→ **RECORDED DATA**
##############################
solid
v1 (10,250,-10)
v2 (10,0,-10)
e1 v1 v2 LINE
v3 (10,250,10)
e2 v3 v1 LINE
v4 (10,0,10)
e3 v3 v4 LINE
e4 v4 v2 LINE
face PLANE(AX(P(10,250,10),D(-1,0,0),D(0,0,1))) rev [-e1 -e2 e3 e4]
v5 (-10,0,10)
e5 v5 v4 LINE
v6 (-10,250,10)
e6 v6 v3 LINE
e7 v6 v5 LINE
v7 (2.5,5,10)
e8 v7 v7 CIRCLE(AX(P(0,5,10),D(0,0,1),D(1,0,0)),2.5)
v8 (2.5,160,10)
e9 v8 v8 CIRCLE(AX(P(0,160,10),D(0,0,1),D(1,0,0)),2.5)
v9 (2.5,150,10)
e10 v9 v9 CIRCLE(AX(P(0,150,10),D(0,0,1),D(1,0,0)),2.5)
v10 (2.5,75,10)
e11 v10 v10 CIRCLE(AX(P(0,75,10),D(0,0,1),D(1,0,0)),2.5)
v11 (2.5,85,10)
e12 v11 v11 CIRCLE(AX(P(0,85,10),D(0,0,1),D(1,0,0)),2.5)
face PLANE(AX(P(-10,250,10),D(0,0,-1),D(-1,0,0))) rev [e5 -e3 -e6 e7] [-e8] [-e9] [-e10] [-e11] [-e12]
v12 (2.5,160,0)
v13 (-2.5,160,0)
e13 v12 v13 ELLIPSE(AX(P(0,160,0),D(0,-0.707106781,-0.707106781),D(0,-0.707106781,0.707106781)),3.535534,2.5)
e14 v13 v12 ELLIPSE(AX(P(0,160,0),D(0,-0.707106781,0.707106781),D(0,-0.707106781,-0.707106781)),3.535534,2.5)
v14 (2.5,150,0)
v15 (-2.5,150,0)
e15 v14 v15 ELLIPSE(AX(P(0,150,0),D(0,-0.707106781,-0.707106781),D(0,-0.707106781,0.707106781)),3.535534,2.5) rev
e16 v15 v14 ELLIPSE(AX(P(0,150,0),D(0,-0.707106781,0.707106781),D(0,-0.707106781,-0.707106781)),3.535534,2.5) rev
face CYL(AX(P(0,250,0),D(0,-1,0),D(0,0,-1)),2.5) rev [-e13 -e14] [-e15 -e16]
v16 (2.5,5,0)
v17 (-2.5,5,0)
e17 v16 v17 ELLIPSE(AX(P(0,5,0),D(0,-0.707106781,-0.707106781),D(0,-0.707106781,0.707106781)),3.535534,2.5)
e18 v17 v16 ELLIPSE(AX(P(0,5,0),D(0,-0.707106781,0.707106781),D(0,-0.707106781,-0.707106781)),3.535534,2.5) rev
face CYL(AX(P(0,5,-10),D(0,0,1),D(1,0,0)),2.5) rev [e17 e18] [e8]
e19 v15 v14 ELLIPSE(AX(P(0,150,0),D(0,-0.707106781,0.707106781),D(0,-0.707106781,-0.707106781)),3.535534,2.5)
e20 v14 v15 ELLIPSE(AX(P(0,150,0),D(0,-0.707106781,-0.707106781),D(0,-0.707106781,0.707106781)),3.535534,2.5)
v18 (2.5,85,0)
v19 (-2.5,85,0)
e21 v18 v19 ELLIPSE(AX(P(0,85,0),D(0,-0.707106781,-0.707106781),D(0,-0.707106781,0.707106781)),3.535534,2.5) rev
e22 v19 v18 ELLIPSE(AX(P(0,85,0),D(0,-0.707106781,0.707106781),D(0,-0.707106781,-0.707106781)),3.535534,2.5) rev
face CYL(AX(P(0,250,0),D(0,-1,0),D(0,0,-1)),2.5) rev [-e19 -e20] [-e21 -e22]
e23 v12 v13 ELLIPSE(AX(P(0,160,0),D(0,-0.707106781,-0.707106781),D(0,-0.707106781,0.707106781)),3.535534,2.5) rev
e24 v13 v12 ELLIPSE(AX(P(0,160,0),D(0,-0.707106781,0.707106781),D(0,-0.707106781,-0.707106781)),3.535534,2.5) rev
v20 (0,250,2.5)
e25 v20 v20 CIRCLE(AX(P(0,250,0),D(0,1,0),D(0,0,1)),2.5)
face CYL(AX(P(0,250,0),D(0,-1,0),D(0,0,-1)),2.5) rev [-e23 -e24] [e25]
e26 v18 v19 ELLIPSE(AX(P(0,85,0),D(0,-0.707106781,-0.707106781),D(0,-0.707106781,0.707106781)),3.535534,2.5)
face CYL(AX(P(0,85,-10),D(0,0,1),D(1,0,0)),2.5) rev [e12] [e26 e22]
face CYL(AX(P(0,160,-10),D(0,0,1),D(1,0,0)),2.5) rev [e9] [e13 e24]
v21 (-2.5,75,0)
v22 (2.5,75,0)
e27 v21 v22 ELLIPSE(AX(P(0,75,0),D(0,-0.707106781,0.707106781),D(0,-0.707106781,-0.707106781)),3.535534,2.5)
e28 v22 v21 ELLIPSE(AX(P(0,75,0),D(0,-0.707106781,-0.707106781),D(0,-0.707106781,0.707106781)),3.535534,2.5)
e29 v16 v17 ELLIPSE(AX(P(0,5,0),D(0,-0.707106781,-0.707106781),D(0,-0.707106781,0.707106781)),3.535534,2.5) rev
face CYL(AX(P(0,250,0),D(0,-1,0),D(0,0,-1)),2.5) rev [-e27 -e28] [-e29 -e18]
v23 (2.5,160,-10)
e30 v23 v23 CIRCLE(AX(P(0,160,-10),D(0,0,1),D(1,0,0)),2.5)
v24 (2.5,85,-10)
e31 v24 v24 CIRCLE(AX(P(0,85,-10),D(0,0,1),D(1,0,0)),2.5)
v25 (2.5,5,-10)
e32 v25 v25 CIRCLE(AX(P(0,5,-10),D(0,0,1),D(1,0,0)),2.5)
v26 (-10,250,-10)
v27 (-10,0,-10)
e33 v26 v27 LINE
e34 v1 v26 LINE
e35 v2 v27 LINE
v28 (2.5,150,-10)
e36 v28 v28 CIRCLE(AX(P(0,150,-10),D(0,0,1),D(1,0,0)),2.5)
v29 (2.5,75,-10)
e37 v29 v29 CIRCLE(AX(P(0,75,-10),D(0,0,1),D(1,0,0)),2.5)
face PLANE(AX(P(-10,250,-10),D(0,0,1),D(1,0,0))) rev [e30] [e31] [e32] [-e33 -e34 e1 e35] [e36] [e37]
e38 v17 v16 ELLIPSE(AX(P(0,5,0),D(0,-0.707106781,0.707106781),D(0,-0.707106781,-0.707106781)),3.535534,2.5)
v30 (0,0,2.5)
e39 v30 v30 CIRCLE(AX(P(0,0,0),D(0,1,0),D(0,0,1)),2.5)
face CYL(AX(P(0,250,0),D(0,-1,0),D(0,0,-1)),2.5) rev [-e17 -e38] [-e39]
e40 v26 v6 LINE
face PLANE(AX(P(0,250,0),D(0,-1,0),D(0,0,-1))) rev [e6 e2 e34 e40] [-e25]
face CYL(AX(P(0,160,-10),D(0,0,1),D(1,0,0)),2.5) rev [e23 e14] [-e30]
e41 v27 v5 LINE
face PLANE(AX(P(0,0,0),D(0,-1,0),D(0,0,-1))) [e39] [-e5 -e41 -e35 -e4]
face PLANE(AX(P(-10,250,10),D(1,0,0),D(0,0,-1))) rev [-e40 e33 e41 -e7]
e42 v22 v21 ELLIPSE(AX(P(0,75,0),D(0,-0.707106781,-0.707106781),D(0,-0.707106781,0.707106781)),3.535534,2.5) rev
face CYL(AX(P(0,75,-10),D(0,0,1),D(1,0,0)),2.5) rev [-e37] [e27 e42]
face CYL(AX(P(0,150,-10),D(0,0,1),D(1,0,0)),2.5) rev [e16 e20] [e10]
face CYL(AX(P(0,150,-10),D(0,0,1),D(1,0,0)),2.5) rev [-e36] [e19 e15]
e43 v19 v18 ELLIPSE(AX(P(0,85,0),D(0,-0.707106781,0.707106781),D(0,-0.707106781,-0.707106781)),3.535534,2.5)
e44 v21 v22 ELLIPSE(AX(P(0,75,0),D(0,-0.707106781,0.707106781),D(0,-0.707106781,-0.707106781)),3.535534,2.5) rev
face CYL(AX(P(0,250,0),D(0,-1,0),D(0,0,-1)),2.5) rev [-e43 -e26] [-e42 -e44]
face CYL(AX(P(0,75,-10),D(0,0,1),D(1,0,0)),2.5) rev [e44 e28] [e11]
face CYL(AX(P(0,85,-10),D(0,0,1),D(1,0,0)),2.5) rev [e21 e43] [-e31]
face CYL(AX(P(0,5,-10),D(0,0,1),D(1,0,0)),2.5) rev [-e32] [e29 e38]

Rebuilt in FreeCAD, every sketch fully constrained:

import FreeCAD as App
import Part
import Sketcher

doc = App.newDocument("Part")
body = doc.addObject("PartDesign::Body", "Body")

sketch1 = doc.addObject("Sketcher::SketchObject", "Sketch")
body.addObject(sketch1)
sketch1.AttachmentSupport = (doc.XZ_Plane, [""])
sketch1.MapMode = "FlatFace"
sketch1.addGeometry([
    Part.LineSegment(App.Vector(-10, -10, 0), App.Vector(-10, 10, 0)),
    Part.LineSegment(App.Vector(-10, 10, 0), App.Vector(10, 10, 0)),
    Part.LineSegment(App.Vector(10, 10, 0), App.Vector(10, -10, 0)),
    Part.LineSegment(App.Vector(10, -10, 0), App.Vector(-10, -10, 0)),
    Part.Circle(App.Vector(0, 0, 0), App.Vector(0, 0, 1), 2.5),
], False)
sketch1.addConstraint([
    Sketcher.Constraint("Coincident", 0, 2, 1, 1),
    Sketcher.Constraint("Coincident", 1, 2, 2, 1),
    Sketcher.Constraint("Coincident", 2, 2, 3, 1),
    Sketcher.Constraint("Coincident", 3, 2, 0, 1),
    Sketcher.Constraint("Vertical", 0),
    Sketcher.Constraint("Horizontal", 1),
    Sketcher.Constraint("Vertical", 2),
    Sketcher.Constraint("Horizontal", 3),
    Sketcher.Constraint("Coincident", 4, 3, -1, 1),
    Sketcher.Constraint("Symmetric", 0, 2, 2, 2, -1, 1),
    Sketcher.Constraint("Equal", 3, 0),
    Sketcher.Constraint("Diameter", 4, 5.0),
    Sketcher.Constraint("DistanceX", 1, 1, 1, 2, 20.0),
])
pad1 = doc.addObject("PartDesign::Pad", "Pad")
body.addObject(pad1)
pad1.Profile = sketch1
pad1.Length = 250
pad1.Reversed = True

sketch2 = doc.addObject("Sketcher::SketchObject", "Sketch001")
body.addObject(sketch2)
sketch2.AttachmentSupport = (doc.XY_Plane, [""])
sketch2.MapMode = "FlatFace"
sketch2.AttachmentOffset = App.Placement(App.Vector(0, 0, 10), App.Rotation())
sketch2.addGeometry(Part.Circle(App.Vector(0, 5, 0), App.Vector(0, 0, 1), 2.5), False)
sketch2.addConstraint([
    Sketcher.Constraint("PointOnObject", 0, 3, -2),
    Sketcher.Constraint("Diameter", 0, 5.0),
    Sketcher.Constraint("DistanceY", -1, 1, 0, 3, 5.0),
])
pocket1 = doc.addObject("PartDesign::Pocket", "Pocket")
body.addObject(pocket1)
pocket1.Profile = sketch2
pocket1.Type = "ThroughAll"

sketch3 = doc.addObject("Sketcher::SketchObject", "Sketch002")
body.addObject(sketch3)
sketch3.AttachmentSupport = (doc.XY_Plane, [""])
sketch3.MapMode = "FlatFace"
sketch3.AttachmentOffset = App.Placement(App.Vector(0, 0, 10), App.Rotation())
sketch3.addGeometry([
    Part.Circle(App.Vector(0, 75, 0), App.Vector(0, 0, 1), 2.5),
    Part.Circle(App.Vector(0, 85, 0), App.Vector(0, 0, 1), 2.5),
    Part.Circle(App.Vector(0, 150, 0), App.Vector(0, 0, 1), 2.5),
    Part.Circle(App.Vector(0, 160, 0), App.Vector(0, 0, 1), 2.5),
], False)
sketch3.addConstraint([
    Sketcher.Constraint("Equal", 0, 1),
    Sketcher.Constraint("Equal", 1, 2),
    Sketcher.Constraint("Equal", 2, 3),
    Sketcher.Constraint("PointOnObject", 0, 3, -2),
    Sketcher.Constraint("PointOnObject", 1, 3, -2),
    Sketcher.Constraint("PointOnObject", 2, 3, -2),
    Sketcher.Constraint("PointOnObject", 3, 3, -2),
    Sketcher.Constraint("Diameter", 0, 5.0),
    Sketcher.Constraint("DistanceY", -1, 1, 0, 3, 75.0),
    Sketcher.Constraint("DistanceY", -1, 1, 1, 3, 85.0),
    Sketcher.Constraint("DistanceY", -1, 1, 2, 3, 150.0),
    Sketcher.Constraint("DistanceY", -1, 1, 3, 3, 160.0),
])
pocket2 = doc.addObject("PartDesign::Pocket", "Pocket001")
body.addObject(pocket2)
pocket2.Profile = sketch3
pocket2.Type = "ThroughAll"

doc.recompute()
##############################
→ **WHAT TO PRODUCE**
Return a word-for-word copy of the lines above from the one holding "v16 (2.5,5,0)" through the one holding "face CYL(AX(P(0,5,-10),D(0,0,1),D(1,0,0)),2.5) rev [e17", with both of them included and nothing besides.

→ **TASK ANSWER**
v16 (2.5,5,0)
v17 (-2.5,5,0)
e17 v16 v17 ELLIPSE(AX(P(0,5,0),D(0,-0.707106781,-0.707106781),D(0,-0.707106781,0.707106781)),3.535534,2.5)
e18 v17 v16 ELLIPSE(AX(P(0,5,0),D(0,-0.707106781,0.707106781),D(0,-0.707106781,-0.707106781)),3.535534,2.5) rev
face CYL(AX(P(0,5,-10),D(0,0,1),D(1,0,0)),2.5) rev [e17 e18] [e8]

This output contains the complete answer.